Task goal => Scan the listing below. Return every line containing the string "dimension".
= Beginning of Section =
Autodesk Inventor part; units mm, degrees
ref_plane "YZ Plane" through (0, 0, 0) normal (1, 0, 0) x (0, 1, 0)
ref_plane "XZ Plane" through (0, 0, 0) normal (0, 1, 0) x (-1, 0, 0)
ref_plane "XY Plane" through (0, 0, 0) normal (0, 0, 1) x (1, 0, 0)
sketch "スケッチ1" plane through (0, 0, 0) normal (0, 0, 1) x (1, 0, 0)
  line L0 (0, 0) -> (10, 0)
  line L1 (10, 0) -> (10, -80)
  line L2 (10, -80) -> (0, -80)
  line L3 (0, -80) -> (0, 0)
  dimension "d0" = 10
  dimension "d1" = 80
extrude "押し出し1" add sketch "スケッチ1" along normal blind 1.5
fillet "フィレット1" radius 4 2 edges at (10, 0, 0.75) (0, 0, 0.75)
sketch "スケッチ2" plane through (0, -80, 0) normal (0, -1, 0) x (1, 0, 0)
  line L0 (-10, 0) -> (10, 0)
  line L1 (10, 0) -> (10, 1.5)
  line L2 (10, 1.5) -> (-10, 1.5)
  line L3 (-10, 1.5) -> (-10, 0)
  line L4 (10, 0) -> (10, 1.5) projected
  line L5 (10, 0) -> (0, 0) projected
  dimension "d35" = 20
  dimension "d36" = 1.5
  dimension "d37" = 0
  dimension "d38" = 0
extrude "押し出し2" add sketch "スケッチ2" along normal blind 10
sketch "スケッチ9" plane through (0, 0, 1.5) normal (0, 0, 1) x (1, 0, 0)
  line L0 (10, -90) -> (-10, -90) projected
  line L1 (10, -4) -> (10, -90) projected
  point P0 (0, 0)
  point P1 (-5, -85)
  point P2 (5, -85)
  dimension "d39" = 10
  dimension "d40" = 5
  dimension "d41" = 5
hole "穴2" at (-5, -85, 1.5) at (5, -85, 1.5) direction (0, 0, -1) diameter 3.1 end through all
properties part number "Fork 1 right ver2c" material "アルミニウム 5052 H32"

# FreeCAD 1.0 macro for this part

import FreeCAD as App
import Part
import Sketcher
Q = App.Units.Quantity


def edges_at(feature, points):
    """Names of the edges that pass closest to the given points."""
    edges = feature.Shape.Edges
    near = lambda p: min(range(len(edges)), key=lambda i: edges[i].distToShape(Part.Vertex(*p))[0])
    return sorted({f"Edge{near(p) + 1}" for p in points})

doc = App.newDocument("Part")
body = doc.addObject("PartDesign::Body", "Body")

# Sketch on XY plane
sketch1 = body.newObject("Sketcher::SketchObject", "Sketch")
sketch1.AttachmentSupport = (doc.getObject("XY_Plane"), [""])
sketch1.MapMode = "FlatFace"
sketch1.addGeometry([
    Part.LineSegment(App.Vector(10, 0, 0), App.Vector(0, 0, 0)),
    Part.LineSegment(App.Vector(0, 0, 0), App.Vector(0, -80, 0)),
    Part.LineSegment(App.Vector(0, -80, 0), App.Vector(10, -80, 0)),
    Part.LineSegment(App.Vector(10, -80, 0), App.Vector(10, 0, 0)),
], False)
sketch1.addConstraint([
    Sketcher.Constraint("Coincident", 0, 2, 1, 1),
    Sketcher.Constraint("Coincident", 1, 2, 2, 1),
    Sketcher.Constraint("Coincident", 2, 2, 3, 1),
    Sketcher.Constraint("Coincident", 3, 2, 0, 1),
    Sketcher.Constraint("Horizontal", 0),
    Sketcher.Constraint("Vertical", 1),
    Sketcher.Constraint("Horizontal", 2),
    Sketcher.Constraint("Vertical", 3),
    Sketcher.Constraint("Coincident", 0, 2, -1, 1),
    Sketcher.Constraint("DistanceX", 0, 2, 0, 1, Q("10 mm")),
    Sketcher.Constraint("DistanceY", 1, 2, 1, 1, Q("80 mm")),
])
pad1 = body.newObject("PartDesign::Pad", "Pad")
pad1.Profile = sketch1
pad1.Length = 1.5
doc.recompute()

fillet = body.newObject("PartDesign::Fillet", "Fillet")
fillet.Base = (pad1, edges_at(pad1, [(10, 0, 0.75), (0, 0, 0.75)]))
fillet.Radius = 4

# Sketch on XZ plane
sketch2 = body.newObject("Sketcher::SketchObject", "Sketch001")
sketch2.AttachmentSupport = (doc.getObject("XZ_Plane"), [""])
sketch2.MapMode = "FlatFace"
sketch2.AttachmentOffset = App.Placement(App.Vector(0, 0, 80), App.Rotation())
sketch2.addGeometry([
    Part.LineSegment(App.Vector(-10, 1.5, 0), App.Vector(-10, 0, 0)),
    Part.LineSegment(App.Vector(-10, 0, 0), App.Vector(10, 0, 0)),
    Part.LineSegment(App.Vector(10, 0, 0), App.Vector(10, 1.5, 0)),
    Part.LineSegment(App.Vector(10, 1.5, 0), App.Vector(-10, 1.5, 0)),
], False)
sketch2.addConstraint([
    Sketcher.Constraint("Coincident", 0, 2, 1, 1),
    Sketcher.Constraint("Coincident", 1, 2, 2, 1),
    Sketcher.Constraint("Coincident", 2, 2, 3, 1),
    Sketcher.Constraint("Coincident", 3, 2, 0, 1),
    Sketcher.Constraint("Vertical", 0),
    Sketcher.Constraint("Horizontal", 1),
    Sketcher.Constraint("Vertical", 2),
    Sketcher.Constraint("Horizontal", 3),
    Sketcher.Constraint("Symmetric", 0, 2, 1, 2, -1, 1),
    Sketcher.Constraint("DistanceX", 1, 1, 1, 2, Q("20 mm")),
    Sketcher.Constraint("DistanceY", 0, 2, 0, 1, Q("1.5 mm")),
])
pad2 = body.newObject("PartDesign::Pad", "Pad001")
pad2.Profile = sketch2
pad2.Length = 10

# Sketch on XY plane
sketch3 = body.newObject("Sketcher::SketchObject", "Sketch002")
sketch3.AttachmentSupport = (doc.getObject("XY_Plane"), [""])
sketch3.MapMode = "FlatFace"
sketch3.AttachmentOffset = App.Placement(App.Vector(0, 0, 1.5), App.Rotation())
sketch3.addGeometry([
    Part.Circle(App.Vector(-5, -85, 0), App.Vector(0, 0, 1), 1.6),
    Part.Circle(App.Vector(5, -85, 0), App.Vector(0, 0, 1), 1.6),
], False)
sketch3.addConstraint([
    Sketcher.Constraint("Equal", 0, 1),
    Sketcher.Constraint("Symmetric", 0, 3, 1, 3, -2),
    Sketcher.Constraint("Diameter", 0, Q("3.1 mm")),
    Sketcher.Constraint("DistanceX", 0, 3, -1, 1, Q("5 mm")),
    Sketcher.Constraint("DistanceY", 0, 3, -1, 1, Q("85 mm")),
])
doc.recompute()
hole = body.newObject("PartDesign::Hole", "Hole")
hole.Profile = sketch3
hole.ThreadType = "None"
hole.Diameter = 3.1
hole.DepthType = "ThroughAll"

doc.recompute()
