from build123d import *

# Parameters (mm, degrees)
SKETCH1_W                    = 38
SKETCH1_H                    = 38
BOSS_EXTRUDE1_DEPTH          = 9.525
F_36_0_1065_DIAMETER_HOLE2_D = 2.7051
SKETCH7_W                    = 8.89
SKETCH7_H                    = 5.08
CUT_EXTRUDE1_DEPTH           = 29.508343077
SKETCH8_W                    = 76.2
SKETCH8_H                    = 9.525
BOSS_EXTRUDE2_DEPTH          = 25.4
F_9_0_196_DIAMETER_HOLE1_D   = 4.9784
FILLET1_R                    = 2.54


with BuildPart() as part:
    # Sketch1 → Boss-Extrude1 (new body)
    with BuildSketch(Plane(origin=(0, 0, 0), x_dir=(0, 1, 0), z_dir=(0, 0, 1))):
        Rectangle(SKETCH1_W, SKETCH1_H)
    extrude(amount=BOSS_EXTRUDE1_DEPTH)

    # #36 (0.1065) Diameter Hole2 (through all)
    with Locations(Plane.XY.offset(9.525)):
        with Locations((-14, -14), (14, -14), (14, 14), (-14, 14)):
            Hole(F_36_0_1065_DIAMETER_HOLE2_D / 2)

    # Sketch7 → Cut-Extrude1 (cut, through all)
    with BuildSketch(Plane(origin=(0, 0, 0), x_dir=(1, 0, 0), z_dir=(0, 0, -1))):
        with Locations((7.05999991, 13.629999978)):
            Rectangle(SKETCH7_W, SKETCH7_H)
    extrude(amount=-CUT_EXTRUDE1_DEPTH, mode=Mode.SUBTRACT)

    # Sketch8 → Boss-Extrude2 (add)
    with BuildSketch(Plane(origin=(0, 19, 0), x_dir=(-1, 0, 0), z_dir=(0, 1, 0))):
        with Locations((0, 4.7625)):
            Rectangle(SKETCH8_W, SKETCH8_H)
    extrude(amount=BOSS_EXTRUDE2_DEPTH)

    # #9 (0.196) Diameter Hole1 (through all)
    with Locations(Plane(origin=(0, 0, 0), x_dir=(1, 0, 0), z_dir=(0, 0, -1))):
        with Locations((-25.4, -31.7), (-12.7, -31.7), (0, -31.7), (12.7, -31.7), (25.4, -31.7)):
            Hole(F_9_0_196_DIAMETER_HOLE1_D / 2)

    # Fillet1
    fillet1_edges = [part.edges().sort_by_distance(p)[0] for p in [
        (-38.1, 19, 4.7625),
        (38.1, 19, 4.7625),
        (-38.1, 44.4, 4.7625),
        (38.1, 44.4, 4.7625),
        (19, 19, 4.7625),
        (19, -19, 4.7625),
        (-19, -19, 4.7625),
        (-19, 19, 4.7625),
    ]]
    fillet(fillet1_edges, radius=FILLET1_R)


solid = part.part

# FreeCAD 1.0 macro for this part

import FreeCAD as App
import Part
import Sketcher
Q = App.Units.Quantity


def edges_at(feature, points):
    """Names of the edges that pass closest to the given points."""
    edges = feature.Shape.Edges
    near = lambda p: min(range(len(edges)), key=lambda i: edges[i].distToShape(Part.Vertex(*p))[0])
    return sorted({f"Edge{near(p) + 1}" for p in points})


def add_polygon(sketch, points):
    """Adds a closed chain of lines whose ends are joined by coincident constraints."""
    first, n = sketch.GeometryCount, len(points)
    for a, b in zip(points, points[1:] + points[:1]):
        sketch.addGeometry(Part.LineSegment(App.Vector(*a, 0), App.Vector(*b, 0)), False)
    for i in range(n):
        sketch.addConstraint(Sketcher.Constraint("Coincident", first + i, 2, first + (i + 1) % n, 1))

doc = App.newDocument("Part")
body = doc.addObject("PartDesign::Body", "Body")

# Sketch on XY plane
sketch1 = body.newObject("Sketcher::SketchObject", "Sketch")
sketch1.AttachmentSupport = (doc.getObject("XY_Plane"), [""])
sketch1.MapMode = "FlatFace"
add_polygon(sketch1, [(-19, -19), (19, -19), (19, 19), (-19, 19)])  # lines 0-3
sketch1.addConstraint([
    Sketcher.Constraint("Horizontal", 0),
    Sketcher.Constraint("Vertical", 1),
    Sketcher.Constraint("Horizontal", 2),
    Sketcher.Constraint("Vertical", 3),
    Sketcher.Constraint("Symmetric", 0, 2, 2, 2, -1, 1),
    Sketcher.Constraint("Equal", 2, 1),
    Sketcher.Constraint("DistanceX", 0, 1, 0, 2, Q("38 mm")),
])
pad1 = body.newObject("PartDesign::Pad", "Pad")
pad1.Profile = sketch1
pad1.Length = Q("0.375 in")

# Sketch on XY plane
sketch2 = body.newObject("Sketcher::SketchObject", "Sketch001")
sketch2.AttachmentSupport = (doc.getObject("XY_Plane"), [""])
sketch2.MapMode = "FlatFace"
sketch2.AttachmentOffset = App.Placement(App.Vector(0, 0, 0.375 * 25.4), App.Rotation())
sketch2.addGeometry([
    Part.Circle(App.Vector(-14, -14, 0), App.Vector(0, 0, 1), 1.4),
    Part.Circle(App.Vector(14, -14, 0), App.Vector(0, 0, 1), 1.4),
    Part.Circle(App.Vector(14, 14, 0), App.Vector(0, 0, 1), 1.4),
    Part.Circle(App.Vector(-14, 14, 0), App.Vector(0, 0, 1), 1.4),
], False)
sketch2.addConstraint([
    Sketcher.Constraint("Equal", 0, 1),
    Sketcher.Constraint("Equal", 1, 2),
    Sketcher.Constraint("Equal", 2, 3),
    Sketcher.Constraint("Symmetric", 0, 3, 2, 3, -1, 1),
    Sketcher.Constraint("Symmetric", 1, 3, 3, 3, -1, 1),
    Sketcher.Constraint("Symmetric", 0, 3, 1, 3, -2),
    Sketcher.Constraint("Diameter", 0, Q("0.1065 in")),
    Sketcher.Constraint("DistanceX", 0, 3, -1, 1, Q("14 mm")),
    Sketcher.Constraint("DistanceY", 0, 3, -1, 1, Q("14 mm")),
])
doc.recompute()
hole = body.newObject("PartDesign::Hole", "Hole")
hole.Profile = sketch2
hole.ThreadType = "None"
hole.Diameter = Q("0.1065 in")
hole.DepthType = "ThroughAll"

# Sketch on XY plane
sketch3 = body.newObject("Sketcher::SketchObject", "Sketch002")
sketch3.AttachmentSupport = (doc.getObject("XY_Plane"), [""])
sketch3.MapMode = "FlatFace"
add_polygon(sketch3, [(3, -16), (3, -11), (12, -11), (12, -16)])  # lines 0-3
sketch3.addConstraint([
    Sketcher.Constraint("Vertical", 0),
    Sketcher.Constraint("Horizontal", 1),
    Sketcher.Constraint("Vertical", 2),
    Sketcher.Constraint("Horizontal", 3),
    Sketcher.Constraint("DistanceY", 0, 1, 0, 2, Q("0.2 in")),
    Sketcher.Constraint("DistanceX", 1, 1, 1, 2, Q("0.35 in")),
    Sketcher.Constraint("DistanceX", -1, 1, 0, 2, Q("2.615 mm")),
    Sketcher.Constraint("DistanceY", 0, 2, -1, 1, Q("11.09 mm")),
])
pocket1 = body.newObject("PartDesign::Pocket", "Pocket")
pocket1.Profile = sketch3
pocket1.Type = "ThroughAll"
pocket1.Reversed = True

# Sketch on XZ plane
sketch4 = body.newObject("Sketcher::SketchObject", "Sketch003")
sketch4.AttachmentSupport = (doc.getObject("XZ_Plane"), [""])
sketch4.MapMode = "FlatFace"
sketch4.AttachmentOffset = App.Placement(App.Vector(0, 0, -19), App.Rotation())
add_polygon(sketch4, [(38, 10), (38, 0), (-38, 0), (-38, 10)])  # lines 0-3
sketch4.addConstraint([
    Sketcher.Constraint("Vertical", 0),
    Sketcher.Constraint("Horizontal", 1),
    Sketcher.Constraint("Vertical", 2),
    Sketcher.Constraint("Horizontal", 3),
    Sketcher.Constraint("Symmetric", 0, 2, 1, 2, -1, 1),
    Sketcher.Constraint("DistanceX", 1, 2, 1, 1, Q("3 in")),
    Sketcher.Constraint("DistanceY", 0, 2, 0, 1, Q("0.375 in")),
])
pad2 = body.newObject("PartDesign::Pad", "Pad001")
pad2.Profile = sketch4
pad2.Length = Q("1 in")
pad2.Reversed = True

# Sketch on XY plane
sketch5 = body.newObject("Sketcher::SketchObject", "Sketch004")
sketch5.AttachmentSupport = (doc.getObject("XY_Plane"), [""])
sketch5.MapMode = "FlatFace"
sketch5.addGeometry([
    Part.Circle(App.Vector(-25.4, 31.7, 0), App.Vector(0, 0, 1), 2.5),  # 0
    Part.Circle(App.Vector(-12.7, 31.7, 0), App.Vector(0, 0, 1), 2.5),  # 1
    Part.Circle(App.Vector(0, 31.7, 0), App.Vector(0, 0, 1), 2.5),  # 2
    Part.Circle(App.Vector(12.7, 31.7, 0), App.Vector(0, 0, 1), 2.5),  # 3
    Part.Circle(App.Vector(25.4, 31.7, 0), App.Vector(0, 0, 1), 2.5),  # 4
], False)
sketch5.addConstraint([
    Sketcher.Constraint("Equal", 0, 1),
    Sketcher.Constraint("Equal", 1, 2),
    Sketcher.Constraint("Equal", 2, 3),
    Sketcher.Constraint("Equal", 3, 4),
    Sketcher.Constraint("Symmetric", 1, 3, 3, 3, -2),
    Sketcher.Constraint("Symmetric", 0, 3, 4, 3, -2),
    Sketcher.Constraint("PointOnObject", 2, 3, -2),
    Sketcher.Constraint("Horizontal", 0, 3, 1, 3),
    Sketcher.Constraint("Horizontal", 1, 3, 2, 3),
    Sketcher.Constraint("Diameter", 0, Q("0.196 in")),
    Sketcher.Constraint("DistanceX", 0, 3, -1, 1, Q("1 in")),
    Sketcher.Constraint("DistanceX", 1, 3, 3, 3, Q("1 in")),
    Sketcher.Constraint("DistanceY", -1, 1, 0, 3, Q("31.7 mm")),
])
doc.recompute()
hole2 = body.newObject("PartDesign::Hole", "Hole001")
hole2.Profile = sketch5
hole2.ThreadType = "None"
hole2.Diameter = Q("0.196 in")
hole2.DepthType = "ThroughAll"
hole2.Reversed = True
doc.recompute()

fillet = body.newObject("PartDesign::Fillet", "Fillet")
fillet.Base = (hole2, edges_at(hole2, [
    (-38.1, 19, 4.763),
    (38.1, 19, 4.763),
    (-38.1, 44.4, 4.763),
    (38.1, 44.4, 4.763),
    (19, 19, 4.763),
    (19, -19, 4.763),
    (-19, -19, 4.763),
    (-19, 19, 4.763),
]))
fillet.Radius = Q("0.1 in")

doc.recompute()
= End of Section =
Written answer =>
  dimension "d0" = 10
  dimension "d1" = 80
  dimension "d35" = 20
  dimension "d36" = 1.5
  dimension "d37" = 0
  dimension "d38" = 0
  dimension "d39" = 10
  dimension "d40" = 5
  dimension "d41" = 5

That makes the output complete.